Residential resales for ZIP Code 93108:

Year...Median Price

1990...$837,500

1995...$525,000

war chest said...

dlp,

It is good to hear another firsthand account of how things turned out during the last cycle. My folks bought here in the mid/early 80s.

The house they bought and the one next door were both bank owned foreclosures.

My dad also kept a record of what he thought the house was worth (based on comps, etc) and he updated that record once a year. He showed it to me a while ago and I remember seeing the value shoot up during the rest of the 80s and then decline by a pretty decent amount in the early 90s. He also kept track of interest rates. Seeing double digit rates blew my mind since I have seen nothing but historically low rates as I have gotten interested in housing.

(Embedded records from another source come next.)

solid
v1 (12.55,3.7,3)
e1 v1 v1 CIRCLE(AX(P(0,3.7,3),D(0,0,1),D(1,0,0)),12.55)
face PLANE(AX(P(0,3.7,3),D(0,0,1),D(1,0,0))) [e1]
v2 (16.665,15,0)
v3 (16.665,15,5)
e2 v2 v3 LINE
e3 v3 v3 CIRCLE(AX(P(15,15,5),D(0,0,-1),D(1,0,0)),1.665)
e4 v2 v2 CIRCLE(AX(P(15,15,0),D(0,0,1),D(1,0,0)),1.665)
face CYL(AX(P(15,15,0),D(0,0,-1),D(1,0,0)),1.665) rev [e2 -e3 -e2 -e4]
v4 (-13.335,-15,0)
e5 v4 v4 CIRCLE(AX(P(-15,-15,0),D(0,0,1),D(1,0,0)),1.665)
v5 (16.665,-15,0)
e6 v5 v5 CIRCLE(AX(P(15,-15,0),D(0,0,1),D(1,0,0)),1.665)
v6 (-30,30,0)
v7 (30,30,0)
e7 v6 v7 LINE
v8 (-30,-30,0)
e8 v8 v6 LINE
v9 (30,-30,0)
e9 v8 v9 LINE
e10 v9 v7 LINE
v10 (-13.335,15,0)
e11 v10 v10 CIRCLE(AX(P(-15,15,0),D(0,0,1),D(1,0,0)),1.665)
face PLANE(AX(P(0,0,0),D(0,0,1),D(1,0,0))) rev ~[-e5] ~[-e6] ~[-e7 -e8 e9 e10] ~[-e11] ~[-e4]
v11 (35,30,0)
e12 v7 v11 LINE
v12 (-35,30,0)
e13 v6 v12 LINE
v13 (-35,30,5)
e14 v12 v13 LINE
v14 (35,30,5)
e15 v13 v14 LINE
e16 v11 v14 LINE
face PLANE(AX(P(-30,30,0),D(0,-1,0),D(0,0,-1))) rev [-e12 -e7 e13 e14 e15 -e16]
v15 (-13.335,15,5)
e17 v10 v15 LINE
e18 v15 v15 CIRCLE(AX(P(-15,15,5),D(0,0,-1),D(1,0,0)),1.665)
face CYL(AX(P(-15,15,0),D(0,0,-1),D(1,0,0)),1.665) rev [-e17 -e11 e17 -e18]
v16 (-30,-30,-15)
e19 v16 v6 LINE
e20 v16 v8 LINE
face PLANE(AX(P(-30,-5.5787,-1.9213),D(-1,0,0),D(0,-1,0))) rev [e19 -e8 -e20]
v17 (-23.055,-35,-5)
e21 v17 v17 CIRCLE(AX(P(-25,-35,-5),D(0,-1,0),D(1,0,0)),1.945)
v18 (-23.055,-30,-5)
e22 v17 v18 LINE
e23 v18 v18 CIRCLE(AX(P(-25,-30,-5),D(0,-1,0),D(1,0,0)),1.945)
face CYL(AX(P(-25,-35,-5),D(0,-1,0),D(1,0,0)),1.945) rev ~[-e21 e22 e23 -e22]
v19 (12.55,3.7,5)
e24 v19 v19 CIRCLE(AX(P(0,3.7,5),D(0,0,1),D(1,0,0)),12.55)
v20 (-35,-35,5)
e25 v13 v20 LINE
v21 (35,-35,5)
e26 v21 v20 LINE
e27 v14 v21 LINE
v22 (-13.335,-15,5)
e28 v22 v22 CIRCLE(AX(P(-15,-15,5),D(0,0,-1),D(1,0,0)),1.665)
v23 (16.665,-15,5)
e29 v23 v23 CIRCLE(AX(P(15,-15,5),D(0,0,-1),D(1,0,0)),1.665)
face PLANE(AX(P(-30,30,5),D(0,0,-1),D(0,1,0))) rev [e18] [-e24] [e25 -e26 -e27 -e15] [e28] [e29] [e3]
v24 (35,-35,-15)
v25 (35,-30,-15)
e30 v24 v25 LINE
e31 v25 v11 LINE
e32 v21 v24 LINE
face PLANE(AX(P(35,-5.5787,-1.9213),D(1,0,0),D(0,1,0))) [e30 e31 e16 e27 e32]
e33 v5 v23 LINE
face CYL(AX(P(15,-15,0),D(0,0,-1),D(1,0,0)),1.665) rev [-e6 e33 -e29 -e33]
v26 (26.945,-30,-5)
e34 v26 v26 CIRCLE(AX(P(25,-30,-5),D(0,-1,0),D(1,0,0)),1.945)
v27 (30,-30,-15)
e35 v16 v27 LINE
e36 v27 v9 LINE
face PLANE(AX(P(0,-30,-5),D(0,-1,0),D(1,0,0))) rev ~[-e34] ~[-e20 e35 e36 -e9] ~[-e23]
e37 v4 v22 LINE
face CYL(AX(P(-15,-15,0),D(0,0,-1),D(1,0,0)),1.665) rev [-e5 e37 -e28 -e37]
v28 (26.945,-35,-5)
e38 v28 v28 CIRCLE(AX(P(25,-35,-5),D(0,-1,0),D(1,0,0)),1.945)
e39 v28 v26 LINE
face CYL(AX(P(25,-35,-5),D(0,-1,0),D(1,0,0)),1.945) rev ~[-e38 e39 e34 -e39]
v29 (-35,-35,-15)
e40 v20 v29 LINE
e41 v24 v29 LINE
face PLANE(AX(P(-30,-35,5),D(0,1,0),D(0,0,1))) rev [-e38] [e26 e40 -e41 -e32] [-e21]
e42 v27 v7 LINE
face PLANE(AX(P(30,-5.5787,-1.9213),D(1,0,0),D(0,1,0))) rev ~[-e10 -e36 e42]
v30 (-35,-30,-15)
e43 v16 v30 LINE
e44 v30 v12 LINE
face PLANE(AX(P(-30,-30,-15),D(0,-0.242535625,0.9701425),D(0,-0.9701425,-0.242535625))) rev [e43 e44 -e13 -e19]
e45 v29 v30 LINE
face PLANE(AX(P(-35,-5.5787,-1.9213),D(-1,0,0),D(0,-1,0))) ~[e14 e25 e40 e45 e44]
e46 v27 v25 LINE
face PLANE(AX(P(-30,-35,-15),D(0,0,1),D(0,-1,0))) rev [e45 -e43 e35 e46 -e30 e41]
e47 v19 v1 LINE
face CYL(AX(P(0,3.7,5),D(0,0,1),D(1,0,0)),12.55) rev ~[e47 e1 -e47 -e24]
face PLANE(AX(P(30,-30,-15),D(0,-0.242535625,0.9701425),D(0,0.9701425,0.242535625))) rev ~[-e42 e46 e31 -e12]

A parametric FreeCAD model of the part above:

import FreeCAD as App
import Part
import Sketcher
from FreeCAD import Vector
Q = App.Units.Quantity

doc = App.newDocument("Part")
body = doc.addObject("PartDesign::Body", "Body")

# Sketch on XY plane
sketch1 = body.newObject("Sketcher::SketchObject", "Sketch")
sketch1.AttachmentSupport = (doc.getObject("XY_Plane"), [""])
sketch1.MapMode = "FlatFace"
sketch1.addGeometry([
    Part.LineSegment(Vector(-30, 30, 0), Vector(-30, -30, 0)),  # 0
    Part.LineSegment(Vector(-30, -30, 0), Vector(30, -30, 0)),  # 1
    Part.LineSegment(Vector(30, -30, 0), Vector(30, 30, 0)),  # 2
    Part.LineSegment(Vector(30, 30, 0), Vector(-30, 30, 0)),  # 3
    Part.Circle(Vector(-15, -15, 0), Vector(0, 0, 1), 1.7),  # 4
    Part.Circle(Vector(15, -15, 0), Vector(0, 0, 1), 1.7),  # 5
    Part.Circle(Vector(-15, 15, 0), Vector(0, 0, 1), 1.7),  # 6
    Part.Circle(Vector(15, 15, 0), Vector(0, 0, 1), 1.7),  # 7
], False)
sketch1.addConstraint([
    Sketcher.Constraint("Coincident", 0, 2, 1, 1),
    Sketcher.Constraint("Coincident", 1, 2, 2, 1),
    Sketcher.Constraint("Coincident", 2, 2, 3, 1),
    Sketcher.Constraint("Coincident", 3, 2, 0, 1),
    Sketcher.Constraint("Vertical", 0),
    Sketcher.Constraint("Horizontal", 1),
    Sketcher.Constraint("Vertical", 2),
    Sketcher.Constraint("Horizontal", 3),
    Sketcher.Constraint("Equal", 4, 5),
    Sketcher.Constraint("Equal", 5, 6),
    Sketcher.Constraint("Equal", 6, 7),
    Sketcher.Constraint("Symmetric", 5, 3, 6, 3, -1, 1),
    Sketcher.Constraint("Symmetric", 4, 3, 7, 3, -1, 1),
    Sketcher.Constraint("Symmetric", 0, 2, 2, 2, -1, 1),
    Sketcher.Constraint("Symmetric", 4, 3, 5, 3, -2),
    Sketcher.Constraint("Equal", 3, 0),
    Sketcher.Constraint("Diameter", 4, Q("3.33 mm")),
    Sketcher.Constraint("DistanceX", 1, 1, 1, 2, Q("60 mm")),
    Sketcher.Constraint("DistanceX", 4, 3, -1, 1, Q("15 mm")),
    Sketcher.Constraint("DistanceY", 4, 3, -1, 1, Q("15 mm")),
])
pad1 = body.newObject("PartDesign::Pad", "Pad")
pad1.Profile = sketch1
pad1.Length = 5

# Sketch on XZ plane
sketch2 = body.newObject("Sketcher::SketchObject", "Sketch001")
sketch2.AttachmentSupport = (doc.getObject("XZ_Plane"), [""])
sketch2.MapMode = "FlatFace"
sketch2.AttachmentOffset = App.Placement(Vector(0, 0, 30), App.Rotation())
sketch2.addGeometry([
    Part.LineSegment(Vector(-30, 5, 0), Vector(-30, -15, 0)),
    Part.LineSegment(Vector(-30, -15, 0), Vector(30, -15, 0)),
    Part.LineSegment(Vector(30, -15, 0), Vector(30, 5, 0)),
    Part.LineSegment(Vector(30, 5, 0), Vector(-30, 5, 0)),
], False)
sketch2.addConstraint([
    Sketcher.Constraint("Coincident", 0, 2, 1, 1),
    Sketcher.Constraint("Coincident", 1, 2, 2, 1),
    Sketcher.Constraint("Coincident", 2, 2, 3, 1),
    Sketcher.Constraint("Coincident", 3, 2, 0, 1),
    Sketcher.Constraint("Vertical", 0),
    Sketcher.Constraint("Horizontal", 1),
    Sketcher.Constraint("Vertical", 2),
    Sketcher.Constraint("Horizontal", 3),
    Sketcher.Constraint("DistanceX", 1, 1, 1, 2, Q("60 mm")),
    Sketcher.Constraint("DistanceY", 0, 2, 0, 1, Q("20 mm")),
    Sketcher.Constraint("DistanceX", 0, 2, -1, 1, Q("30 mm")),
    Sketcher.Constraint("DistanceY", 0, 2, -1, 1, Q("15 mm")),
])
pad2 = body.newObject("PartDesign::Pad", "Pad001")
pad2.Profile = sketch2
pad2.Length = 5

# Sketch on YZ plane
sketch3 = body.newObject("Sketcher::SketchObject", "Sketch002")
sketch3.AttachmentSupport = (doc.getObject("YZ_Plane"), [""])
sketch3.MapMode = "FlatFace"
sketch3.AttachmentOffset = App.Placement(Vector(0, 0, 30), App.Rotation())
sketch3.addGeometry([
    Part.LineSegment(Vector(-30, -15, 0), Vector(30, 0, 0)),  # 0
    Part.LineSegment(Vector(30, 0, 0), Vector(30, 5, 0)),  # 1
    Part.LineSegment(Vector(30, 5, 0), Vector(-35, 5, 0)),  # 2
    Part.LineSegment(Vector(-35, 5, 0), Vector(-35, -15, 0)),  # 3
    Part.LineSegment(Vector(-35, -15, 0), Vector(-30, -15, 0)),  # 4
], False)
sketch3.addConstraint([
    Sketcher.Constraint("Coincident", 0, 2, 1, 1),
    Sketcher.Constraint("Coincident", 1, 2, 2, 1),
    Sketcher.Constraint("Coincident", 2, 2, 3, 1),
    Sketcher.Constraint("Coincident", 3, 2, 4, 1),
    Sketcher.Constraint("Coincident", 4, 2, 0, 1),
    Sketcher.Constraint("Vertical", 1),
    Sketcher.Constraint("Horizontal", 2),
    Sketcher.Constraint("Vertical", 3),
    Sketcher.Constraint("Horizontal", 4),
    Sketcher.Constraint("PointOnObject", 0, 2, -1),
    Sketcher.Constraint("Equal", 4, 1),
    Sketcher.Constraint("DistanceX", 2, 2, 2, 1, Q("65 mm")),
    Sketcher.Constraint("DistanceX", 4, 1, 4, 2, Q("5 mm")),
    Sketcher.Constraint("DistanceY", 3, 2, 3, 1, Q("20 mm")),
    Sketcher.Constraint("DistanceX", -1, 1, 0, 2, Q("30 mm")),
])
pad3 = body.newObject("PartDesign::Pad", "Pad002")
pad3.Profile = sketch3
pad3.Length = 5
body2 = doc.addObject("PartDesign::Body", "Body001")
doc.recompute()

body2.BaseFeature = body
doc.recompute()

mirroring = doc.addObject("Part::Mirroring", "Mirroring")
mirroring.Source = body
mirroring.Base = Vector(0, 0, 0)
mirroring.Normal = Vector(1, 0, 0)
body3 = doc.addObject("PartDesign::Body", "Body002")
body3.BaseFeature = mirroring
boolean = body2.newObject("PartDesign::Boolean", "Boolean")
boolean.Type = "Fuse"
boolean.addObjects([body3])
doc.recompute()

# Sketch on XZ plane
sketch4 = body2.newObject("Sketcher::SketchObject", "Sketch003")
sketch4.AttachmentSupport = (doc.getObject("XZ_Plane001"), [""])
sketch4.MapMode = "FlatFace"
sketch4.AttachmentOffset = App.Placement(Vector(0, 0, 35), App.Rotation())
sketch4.addGeometry([
    Part.Circle(Vector(-25, -5, 0), Vector(0, 0, 1), 1.9),
    Part.Circle(Vector(25, -5, 0), Vector(0, 0, 1), 1.9),
], False)
sketch4.addConstraint([
    Sketcher.Constraint("Equal", 0, 1),
    Sketcher.Constraint("Symmetric", 0, 3, 1, 3, -2),
    Sketcher.Constraint("Diameter", 0, Q("3.89 mm")),
    Sketcher.Constraint("DistanceX", 0, 3, -1, 1, Q("25 mm")),
    Sketcher.Constraint("DistanceY", 0, 3, -1, 1, Q("5 mm")),
])
pocket1 = body2.newObject("PartDesign::Pocket", "Pocket")
pocket1.Profile = sketch4
pocket1.Type = "ThroughAll"

# Sketch on XY plane
sketch5 = body2.newObject("Sketcher::SketchObject", "Sketch004")
sketch5.AttachmentSupport = (doc.getObject("XY_Plane001"), [""])
sketch5.MapMode = "FlatFace"
sketch5.AttachmentOffset = App.Placement(Vector(0, 0, 5), App.Rotation())
sketch5.addGeometry(Part.Circle(Vector(0, 4, 0), Vector(0, 0, 1), 13), False)
sketch5.addConstraint([
    Sketcher.Constraint("PointOnObject", 0, 3, -2),
    Sketcher.Constraint("Diameter", 0, Q("25.1 mm")),
    Sketcher.Constraint("DistanceY", -1, 1, 0, 3, Q("3.7 mm")),
])
pocket2 = body2.newObject("PartDesign::Pocket", "Pocket001")
pocket2.Profile = sketch5
pocket2.Length = 2
mirroring.Visibility = False

doc.recompute()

I will post the values if I can get my hands on the records.

dlp said...

I'd love to see the list, war. Sounds like you come from a very financially organized family. These things never follow the previous bust exactly but there is usually enough resemblance to make one scratch one's head and wonder how we got into such a mess in the first place when we should have seen it coming.

And I can say I personally know high-enders getting hit. A friend who just bought another house in Hancock Park is having trouble selling her piece of paradise in Laurel Canyon, a very beautiful home. Price reductions imminent.

At one point, we considered buying a Cape Cod house as a rental investment and what the real estate agents told me (the market was getting very depressed there) was "it was just like seeing a door close." The boom had ended in a way that felt like overnight.

I think I feel the breeze of the door shutting in Los Angeles...

war chest said...

dlp,

Westside has the data and I think some of it should be posted shortly

price Stout said...

And I can say I personally know high-enders getting hit.

sadly, the high enders ain't getting hit yet in LA. check out 457 s arden in hancock park, since you mentioned that neighborhood. bought in '99 for $1.1M. no structural changes made. Sold last month for I kid you not $3.4M. yowza.

Westside Bubble said...

See my new post of War Chest's data.